Task details: I need the lines below from the one with "v 168.029 -8.45 0.156" down to the one with "v 50.86 -8.187 -10" reproduced exactly, both ends included, and nothing else.

Stored items
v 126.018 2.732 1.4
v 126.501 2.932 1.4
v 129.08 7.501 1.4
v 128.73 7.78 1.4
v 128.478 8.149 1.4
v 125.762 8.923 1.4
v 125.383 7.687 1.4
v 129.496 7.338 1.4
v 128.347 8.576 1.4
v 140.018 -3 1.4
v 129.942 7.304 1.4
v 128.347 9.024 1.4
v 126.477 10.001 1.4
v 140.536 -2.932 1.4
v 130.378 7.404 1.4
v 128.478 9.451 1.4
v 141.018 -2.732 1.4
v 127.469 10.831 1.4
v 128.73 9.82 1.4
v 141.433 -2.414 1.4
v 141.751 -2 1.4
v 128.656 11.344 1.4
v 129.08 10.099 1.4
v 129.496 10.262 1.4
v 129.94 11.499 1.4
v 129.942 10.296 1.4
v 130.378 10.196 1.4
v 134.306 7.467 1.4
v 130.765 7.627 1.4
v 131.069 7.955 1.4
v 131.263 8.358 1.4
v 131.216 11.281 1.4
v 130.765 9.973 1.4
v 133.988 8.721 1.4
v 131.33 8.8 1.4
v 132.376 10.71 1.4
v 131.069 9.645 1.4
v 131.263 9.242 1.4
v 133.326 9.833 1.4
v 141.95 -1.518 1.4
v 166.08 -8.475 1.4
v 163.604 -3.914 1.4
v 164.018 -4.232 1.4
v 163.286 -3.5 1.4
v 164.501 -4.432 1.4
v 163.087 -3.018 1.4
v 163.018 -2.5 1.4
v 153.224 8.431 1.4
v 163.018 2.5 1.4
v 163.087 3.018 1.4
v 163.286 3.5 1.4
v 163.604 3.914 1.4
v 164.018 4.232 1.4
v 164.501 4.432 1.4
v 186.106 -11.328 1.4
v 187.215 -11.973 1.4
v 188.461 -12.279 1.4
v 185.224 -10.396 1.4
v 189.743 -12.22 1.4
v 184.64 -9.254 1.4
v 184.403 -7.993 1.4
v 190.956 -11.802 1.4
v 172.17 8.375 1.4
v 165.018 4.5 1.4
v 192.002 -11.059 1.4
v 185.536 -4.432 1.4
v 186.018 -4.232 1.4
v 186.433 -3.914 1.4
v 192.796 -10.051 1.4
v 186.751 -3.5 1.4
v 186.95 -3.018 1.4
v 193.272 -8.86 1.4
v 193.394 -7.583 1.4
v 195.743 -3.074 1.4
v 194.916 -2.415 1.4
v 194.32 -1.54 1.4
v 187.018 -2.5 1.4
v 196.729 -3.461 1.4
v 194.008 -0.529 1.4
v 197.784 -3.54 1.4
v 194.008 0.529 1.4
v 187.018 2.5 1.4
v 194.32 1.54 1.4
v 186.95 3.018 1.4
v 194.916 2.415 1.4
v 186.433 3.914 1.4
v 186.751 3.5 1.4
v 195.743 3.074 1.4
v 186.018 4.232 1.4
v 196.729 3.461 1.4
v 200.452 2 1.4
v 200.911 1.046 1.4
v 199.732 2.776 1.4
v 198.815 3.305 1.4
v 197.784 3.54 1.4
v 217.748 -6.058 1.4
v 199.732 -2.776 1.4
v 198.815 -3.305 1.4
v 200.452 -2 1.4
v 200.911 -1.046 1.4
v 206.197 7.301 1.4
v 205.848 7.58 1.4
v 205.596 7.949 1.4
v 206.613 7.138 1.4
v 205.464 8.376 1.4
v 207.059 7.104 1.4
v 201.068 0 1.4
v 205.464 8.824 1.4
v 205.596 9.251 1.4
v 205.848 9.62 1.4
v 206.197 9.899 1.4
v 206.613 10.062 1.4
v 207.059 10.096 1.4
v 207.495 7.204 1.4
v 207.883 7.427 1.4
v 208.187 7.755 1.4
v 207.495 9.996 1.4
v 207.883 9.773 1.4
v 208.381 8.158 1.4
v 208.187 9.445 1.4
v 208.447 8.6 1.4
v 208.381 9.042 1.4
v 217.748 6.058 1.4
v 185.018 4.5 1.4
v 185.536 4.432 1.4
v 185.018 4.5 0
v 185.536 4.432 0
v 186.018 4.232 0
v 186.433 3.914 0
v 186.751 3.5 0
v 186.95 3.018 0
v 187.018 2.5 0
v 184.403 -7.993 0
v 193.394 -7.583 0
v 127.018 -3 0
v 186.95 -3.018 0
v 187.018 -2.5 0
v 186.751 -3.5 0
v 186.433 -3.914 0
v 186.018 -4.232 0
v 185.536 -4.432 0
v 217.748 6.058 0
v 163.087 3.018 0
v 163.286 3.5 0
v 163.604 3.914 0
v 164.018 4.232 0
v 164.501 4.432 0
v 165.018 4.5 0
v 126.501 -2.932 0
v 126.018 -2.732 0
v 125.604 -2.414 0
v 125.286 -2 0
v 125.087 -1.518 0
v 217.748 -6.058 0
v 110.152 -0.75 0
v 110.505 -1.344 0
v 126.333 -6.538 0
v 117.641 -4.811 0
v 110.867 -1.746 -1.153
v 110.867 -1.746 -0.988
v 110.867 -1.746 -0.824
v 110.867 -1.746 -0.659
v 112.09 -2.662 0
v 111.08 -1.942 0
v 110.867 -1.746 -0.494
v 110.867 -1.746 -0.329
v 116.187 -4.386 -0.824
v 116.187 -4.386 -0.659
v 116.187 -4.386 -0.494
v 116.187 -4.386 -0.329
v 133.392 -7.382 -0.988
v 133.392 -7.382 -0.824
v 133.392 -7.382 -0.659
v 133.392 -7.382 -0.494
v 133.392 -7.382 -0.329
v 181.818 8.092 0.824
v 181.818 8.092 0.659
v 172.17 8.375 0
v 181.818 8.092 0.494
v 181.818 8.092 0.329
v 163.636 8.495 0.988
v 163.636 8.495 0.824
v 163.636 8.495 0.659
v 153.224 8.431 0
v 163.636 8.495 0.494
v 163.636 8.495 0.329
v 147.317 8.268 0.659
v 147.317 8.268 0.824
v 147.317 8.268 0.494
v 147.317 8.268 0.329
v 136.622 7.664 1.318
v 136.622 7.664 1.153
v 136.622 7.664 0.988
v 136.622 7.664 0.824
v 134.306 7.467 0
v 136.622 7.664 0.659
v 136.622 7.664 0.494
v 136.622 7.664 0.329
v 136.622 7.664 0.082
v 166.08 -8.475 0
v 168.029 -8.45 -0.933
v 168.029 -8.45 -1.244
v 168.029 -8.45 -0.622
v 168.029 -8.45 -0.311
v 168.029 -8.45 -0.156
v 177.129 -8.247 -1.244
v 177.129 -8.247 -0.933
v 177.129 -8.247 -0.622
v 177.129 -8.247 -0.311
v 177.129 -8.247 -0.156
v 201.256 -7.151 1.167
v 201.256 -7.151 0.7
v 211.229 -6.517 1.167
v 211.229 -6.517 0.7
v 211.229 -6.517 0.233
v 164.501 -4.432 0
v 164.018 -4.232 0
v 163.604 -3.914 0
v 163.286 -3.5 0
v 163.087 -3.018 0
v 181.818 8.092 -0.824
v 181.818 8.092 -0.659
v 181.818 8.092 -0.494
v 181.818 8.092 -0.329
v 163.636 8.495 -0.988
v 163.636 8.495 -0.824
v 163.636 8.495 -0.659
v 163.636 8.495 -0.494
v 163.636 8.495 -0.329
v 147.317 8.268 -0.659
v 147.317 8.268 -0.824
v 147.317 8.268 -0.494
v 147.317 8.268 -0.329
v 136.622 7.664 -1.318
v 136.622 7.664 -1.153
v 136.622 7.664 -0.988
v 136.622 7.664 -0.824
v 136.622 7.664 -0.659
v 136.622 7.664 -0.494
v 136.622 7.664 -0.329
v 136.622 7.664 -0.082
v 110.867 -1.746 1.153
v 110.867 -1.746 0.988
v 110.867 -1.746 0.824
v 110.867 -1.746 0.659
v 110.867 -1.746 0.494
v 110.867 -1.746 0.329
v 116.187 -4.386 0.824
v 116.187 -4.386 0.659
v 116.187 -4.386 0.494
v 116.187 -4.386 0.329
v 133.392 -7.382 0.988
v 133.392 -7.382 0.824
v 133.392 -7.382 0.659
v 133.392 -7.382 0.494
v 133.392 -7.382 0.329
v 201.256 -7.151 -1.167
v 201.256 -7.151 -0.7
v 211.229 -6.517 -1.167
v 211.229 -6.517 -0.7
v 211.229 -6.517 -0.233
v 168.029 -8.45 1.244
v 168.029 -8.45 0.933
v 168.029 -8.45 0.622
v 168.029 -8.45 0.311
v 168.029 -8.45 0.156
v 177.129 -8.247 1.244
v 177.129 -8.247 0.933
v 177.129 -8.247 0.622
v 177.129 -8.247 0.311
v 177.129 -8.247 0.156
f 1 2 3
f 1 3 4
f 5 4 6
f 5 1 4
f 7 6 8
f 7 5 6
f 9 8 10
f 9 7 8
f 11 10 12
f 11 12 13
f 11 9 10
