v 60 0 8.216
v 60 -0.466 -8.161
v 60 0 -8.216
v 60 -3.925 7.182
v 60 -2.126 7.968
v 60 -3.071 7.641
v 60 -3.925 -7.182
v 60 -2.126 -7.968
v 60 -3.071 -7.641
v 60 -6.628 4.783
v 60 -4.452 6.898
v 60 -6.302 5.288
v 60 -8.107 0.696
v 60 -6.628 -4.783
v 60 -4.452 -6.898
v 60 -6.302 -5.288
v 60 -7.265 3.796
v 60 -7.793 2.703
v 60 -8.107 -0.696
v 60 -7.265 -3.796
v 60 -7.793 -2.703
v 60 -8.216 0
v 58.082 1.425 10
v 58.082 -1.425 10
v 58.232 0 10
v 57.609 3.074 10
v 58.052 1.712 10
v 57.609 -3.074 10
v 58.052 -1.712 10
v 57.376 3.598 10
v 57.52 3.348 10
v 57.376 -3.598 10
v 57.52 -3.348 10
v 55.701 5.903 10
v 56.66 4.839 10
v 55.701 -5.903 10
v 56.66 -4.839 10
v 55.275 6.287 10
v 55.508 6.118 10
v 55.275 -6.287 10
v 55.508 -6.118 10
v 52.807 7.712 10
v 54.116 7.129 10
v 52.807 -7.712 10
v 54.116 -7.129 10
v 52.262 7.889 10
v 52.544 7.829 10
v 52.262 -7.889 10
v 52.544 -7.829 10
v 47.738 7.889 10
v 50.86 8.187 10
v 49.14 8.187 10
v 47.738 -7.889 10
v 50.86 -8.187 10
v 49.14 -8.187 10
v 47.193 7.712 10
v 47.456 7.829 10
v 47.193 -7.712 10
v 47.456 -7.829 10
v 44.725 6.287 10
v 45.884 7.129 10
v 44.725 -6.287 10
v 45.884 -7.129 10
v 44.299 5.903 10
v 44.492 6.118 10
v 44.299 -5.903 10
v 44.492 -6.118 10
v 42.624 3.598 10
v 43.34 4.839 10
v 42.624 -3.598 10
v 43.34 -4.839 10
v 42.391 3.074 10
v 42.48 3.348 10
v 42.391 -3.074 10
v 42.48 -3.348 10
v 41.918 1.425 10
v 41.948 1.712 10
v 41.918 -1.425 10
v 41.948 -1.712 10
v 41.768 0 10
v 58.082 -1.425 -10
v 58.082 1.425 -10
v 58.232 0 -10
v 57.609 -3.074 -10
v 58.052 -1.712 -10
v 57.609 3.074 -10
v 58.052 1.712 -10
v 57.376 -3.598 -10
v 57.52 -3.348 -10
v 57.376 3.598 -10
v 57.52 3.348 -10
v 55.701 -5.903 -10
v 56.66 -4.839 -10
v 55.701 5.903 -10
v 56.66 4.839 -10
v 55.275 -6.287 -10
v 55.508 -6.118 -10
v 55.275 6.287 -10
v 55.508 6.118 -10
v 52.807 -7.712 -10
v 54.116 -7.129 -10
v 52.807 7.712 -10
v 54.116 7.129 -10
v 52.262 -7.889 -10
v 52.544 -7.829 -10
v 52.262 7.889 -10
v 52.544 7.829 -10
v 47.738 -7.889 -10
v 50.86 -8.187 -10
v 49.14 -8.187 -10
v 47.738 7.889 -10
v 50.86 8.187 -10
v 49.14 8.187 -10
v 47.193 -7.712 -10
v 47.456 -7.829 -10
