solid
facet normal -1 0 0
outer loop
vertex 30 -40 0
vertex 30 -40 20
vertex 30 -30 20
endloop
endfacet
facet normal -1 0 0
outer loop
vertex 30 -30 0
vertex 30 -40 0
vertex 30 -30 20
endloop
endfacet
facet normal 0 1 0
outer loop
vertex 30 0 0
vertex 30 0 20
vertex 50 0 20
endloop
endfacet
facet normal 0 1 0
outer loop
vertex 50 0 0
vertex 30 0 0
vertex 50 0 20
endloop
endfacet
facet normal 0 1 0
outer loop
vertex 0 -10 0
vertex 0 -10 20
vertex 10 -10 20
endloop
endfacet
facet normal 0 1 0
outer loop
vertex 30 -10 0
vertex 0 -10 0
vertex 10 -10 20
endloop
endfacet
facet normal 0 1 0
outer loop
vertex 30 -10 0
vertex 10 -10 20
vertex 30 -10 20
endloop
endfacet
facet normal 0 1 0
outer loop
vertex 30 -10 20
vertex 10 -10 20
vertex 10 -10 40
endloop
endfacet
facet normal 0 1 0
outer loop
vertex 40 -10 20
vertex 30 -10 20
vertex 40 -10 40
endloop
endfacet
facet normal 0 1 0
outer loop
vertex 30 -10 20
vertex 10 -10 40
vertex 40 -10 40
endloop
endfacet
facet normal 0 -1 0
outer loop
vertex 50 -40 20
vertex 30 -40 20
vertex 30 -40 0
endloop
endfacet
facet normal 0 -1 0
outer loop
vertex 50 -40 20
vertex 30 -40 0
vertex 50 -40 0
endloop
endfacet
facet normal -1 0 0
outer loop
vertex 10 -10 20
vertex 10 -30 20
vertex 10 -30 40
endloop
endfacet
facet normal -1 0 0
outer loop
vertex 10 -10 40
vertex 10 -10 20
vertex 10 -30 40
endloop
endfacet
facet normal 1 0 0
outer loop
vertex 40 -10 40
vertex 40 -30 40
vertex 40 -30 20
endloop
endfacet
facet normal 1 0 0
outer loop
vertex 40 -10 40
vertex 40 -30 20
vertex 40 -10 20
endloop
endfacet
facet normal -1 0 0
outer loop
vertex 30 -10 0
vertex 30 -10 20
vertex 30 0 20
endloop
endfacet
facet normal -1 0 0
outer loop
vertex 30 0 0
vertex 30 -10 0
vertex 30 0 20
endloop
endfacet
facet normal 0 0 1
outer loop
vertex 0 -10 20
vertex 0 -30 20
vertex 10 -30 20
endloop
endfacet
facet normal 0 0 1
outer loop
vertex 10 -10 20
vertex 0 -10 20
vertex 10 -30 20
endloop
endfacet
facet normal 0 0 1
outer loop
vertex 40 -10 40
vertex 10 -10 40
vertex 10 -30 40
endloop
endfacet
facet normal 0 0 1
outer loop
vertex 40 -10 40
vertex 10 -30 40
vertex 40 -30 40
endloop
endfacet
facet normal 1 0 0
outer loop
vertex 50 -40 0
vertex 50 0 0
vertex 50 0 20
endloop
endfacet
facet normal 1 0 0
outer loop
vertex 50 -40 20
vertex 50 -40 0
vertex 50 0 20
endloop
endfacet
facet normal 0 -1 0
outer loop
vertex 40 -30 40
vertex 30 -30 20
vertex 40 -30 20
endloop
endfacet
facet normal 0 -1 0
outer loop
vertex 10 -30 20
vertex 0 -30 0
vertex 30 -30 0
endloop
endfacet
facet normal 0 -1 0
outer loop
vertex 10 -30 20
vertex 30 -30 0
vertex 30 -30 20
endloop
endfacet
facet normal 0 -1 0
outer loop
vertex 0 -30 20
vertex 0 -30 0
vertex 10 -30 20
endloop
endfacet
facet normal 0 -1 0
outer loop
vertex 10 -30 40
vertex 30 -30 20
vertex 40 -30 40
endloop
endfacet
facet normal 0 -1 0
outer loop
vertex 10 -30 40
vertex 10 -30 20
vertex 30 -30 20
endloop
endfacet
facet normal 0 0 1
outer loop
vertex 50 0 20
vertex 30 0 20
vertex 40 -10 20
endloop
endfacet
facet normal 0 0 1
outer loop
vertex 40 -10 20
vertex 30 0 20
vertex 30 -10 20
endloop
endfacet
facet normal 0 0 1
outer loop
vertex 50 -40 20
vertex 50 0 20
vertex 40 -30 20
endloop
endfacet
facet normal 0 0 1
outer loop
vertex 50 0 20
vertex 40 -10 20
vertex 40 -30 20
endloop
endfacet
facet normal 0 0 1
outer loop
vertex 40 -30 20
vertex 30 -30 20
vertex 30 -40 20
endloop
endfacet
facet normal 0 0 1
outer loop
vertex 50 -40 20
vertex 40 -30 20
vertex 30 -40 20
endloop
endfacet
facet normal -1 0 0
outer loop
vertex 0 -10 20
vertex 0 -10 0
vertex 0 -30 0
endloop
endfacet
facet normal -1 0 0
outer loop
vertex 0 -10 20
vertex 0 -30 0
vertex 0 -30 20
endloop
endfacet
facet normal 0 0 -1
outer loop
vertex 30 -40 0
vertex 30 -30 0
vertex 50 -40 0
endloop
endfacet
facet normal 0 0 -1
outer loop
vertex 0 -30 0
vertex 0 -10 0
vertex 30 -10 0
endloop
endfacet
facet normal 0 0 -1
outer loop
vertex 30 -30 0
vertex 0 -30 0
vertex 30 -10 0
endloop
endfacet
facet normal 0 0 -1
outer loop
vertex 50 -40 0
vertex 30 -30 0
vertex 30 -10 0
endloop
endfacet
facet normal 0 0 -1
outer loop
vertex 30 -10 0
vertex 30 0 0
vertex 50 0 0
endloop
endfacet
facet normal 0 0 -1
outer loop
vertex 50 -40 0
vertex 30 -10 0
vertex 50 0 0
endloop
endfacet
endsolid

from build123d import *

# Parameters (mm, degrees)
F0_W     = 50
F0_H     = 40
F1_DEPTH = 40
F2_W     = 10
F2_H     = 20
F3_DEPTH = 50.001
F4_W     = 30
F4_H     = 10
F5_DEPTH = 20.001
F6_W     = 10
F6_H     = 20
F7_DEPTH = 20
F8_W     = 10
F8_H     = 20
F9_DEPTH = 30.001


with BuildPart() as f1:
    # F0 (on Front) → F1 (new body)
    with BuildSketch(Plane.XZ):
        with Locations((25, 20)):
            Rectangle(F0_W, F0_H)
    extrude(amount=F1_DEPTH)

    # F2 (on face) → F3 (cut, through all)
    with BuildSketch(Plane(origin=(0, 0, 0), x_dir=(0, -1, 0), z_dir=(-1, 0, 0))):
        with Locations((5, 30)):
            Rectangle(F2_W, F2_H)
        with Locations((35, 30)):
            Rectangle(F2_W, F2_H)
    extrude(amount=-F3_DEPTH, mode=Mode.SUBTRACT)

    # F4 (on face) → F5 (cut, through all)
    with BuildSketch(Plane.XY.offset(20)):
        with Locations((15, -5)):
            Rectangle(F4_W, F4_H)
        with Locations((15, -35)):
            Rectangle(F4_W, F4_H)
    extrude(amount=-F5_DEPTH, mode=Mode.SUBTRACT)

    # F6 (on face) → F7 (cut, through all)
    with BuildSketch(Plane.XY.offset(40)):
        with Locations((45, -20)):
            Rectangle(F6_W, F6_H)
    extrude(amount=-F7_DEPTH, mode=Mode.SUBTRACT)

    # F8 (on face) → F9 (cut, through all)
    with BuildSketch(Plane.XZ.offset(30)):
        with Locations((5, 30)):
            Rectangle(F8_W, F8_H)
    extrude(amount=-F9_DEPTH, mode=Mode.SUBTRACT)


solid = f1.part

Finished task:
v 168.029 -8.45 0.156
v 177.129 -8.247 1.244
v 177.129 -8.247 0.933
v 177.129 -8.247 0.622
v 177.129 -8.247 0.311
v 177.129 -8.247 0.156
f 1 2 3
f 1 3 4
f 5 4 6
f 5 1 4
f 7 6 8
f 7 5 6
f 9 8 10
f 9 7 8
f 11 10 12
f 11 12 13
f 11 9 10
v 60 0 8.216
v 60 -0.466 -8.161
v 60 0 -8.216
v 60 -3.925 7.182
v 60 -2.126 7.968
v 60 -3.071 7.641
v 60 -3.925 -7.182
v 60 -2.126 -7.968
v 60 -3.071 -7.641
v 60 -6.628 4.783
v 60 -4.452 6.898
v 60 -6.302 5.288
v 60 -8.107 0.696
v 60 -6.628 -4.783
v 60 -4.452 -6.898
v 60 -6.302 -5.288
v 60 -7.265 3.796
v 60 -7.793 2.703
v 60 -8.107 -0.696
v 60 -7.265 -3.796
v 60 -7.793 -2.703
v 60 -8.216 0
v 58.082 1.425 10
v 58.082 -1.425 10
v 58.232 0 10
v 57.609 3.074 10
v 58.052 1.712 10
v 57.609 -3.074 10
v 58.052 -1.712 10
v 57.376 3.598 10
v 57.52 3.348 10
v 57.376 -3.598 10
v 57.52 -3.348 10
v 55.701 5.903 10
v 56.66 4.839 10
v 55.701 -5.903 10
v 56.66 -4.839 10
v 55.275 6.287 10
v 55.508 6.118 10
v 55.275 -6.287 10
v 55.508 -6.118 10
v 52.807 7.712 10
v 54.116 7.129 10
v 52.807 -7.712 10
v 54.116 -7.129 10
v 52.262 7.889 10
v 52.544 7.829 10
v 52.262 -7.889 10
v 52.544 -7.829 10
v 47.738 7.889 10
v 50.86 8.187 10
v 49.14 8.187 10
v 47.738 -7.889 10
v 50.86 -8.187 10
v 49.14 -8.187 10
v 47.193 7.712 10
v 47.456 7.829 10
v 47.193 -7.712 10
v 47.456 -7.829 10
v 44.725 6.287 10
v 45.884 7.129 10
v 44.725 -6.287 10
v 45.884 -7.129 10
v 44.299 5.903 10
v 44.492 6.118 10
v 44.299 -5.903 10
v 44.492 -6.118 10
v 42.624 3.598 10
v 43.34 4.839 10
v 42.624 -3.598 10
v 43.34 -4.839 10
v 42.391 3.074 10
v 42.48 3.348 10
v 42.391 -3.074 10
v 42.48 -3.348 10
v 41.918 1.425 10
v 41.948 1.712 10
v 41.918 -1.425 10
v 41.948 -1.712 10
v 41.768 0 10
v 58.082 -1.425 -10
v 58.082 1.425 -10
v 58.232 0 -10
v 57.609 -3.074 -10
v 58.052 -1.712 -10
v 57.609 3.074 -10
v 58.052 1.712 -10
v 57.376 -3.598 -10
v 57.52 -3.348 -10
v 57.376 3.598 -10
v 57.52 3.348 -10
v 55.701 -5.903 -10
v 56.66 -4.839 -10
v 55.701 5.903 -10
v 56.66 4.839 -10
v 55.275 -6.287 -10
v 55.508 -6.118 -10
v 55.275 6.287 -10
v 55.508 6.118 -10
v 52.807 -7.712 -10
v 54.116 -7.129 -10
v 52.807 7.712 -10
v 54.116 7.129 -10
v 52.262 -7.889 -10
v 52.544 -7.829 -10
v 52.262 7.889 -10
v 52.544 7.829 -10
v 47.738 -7.889 -10
v 50.86 -8.187 -10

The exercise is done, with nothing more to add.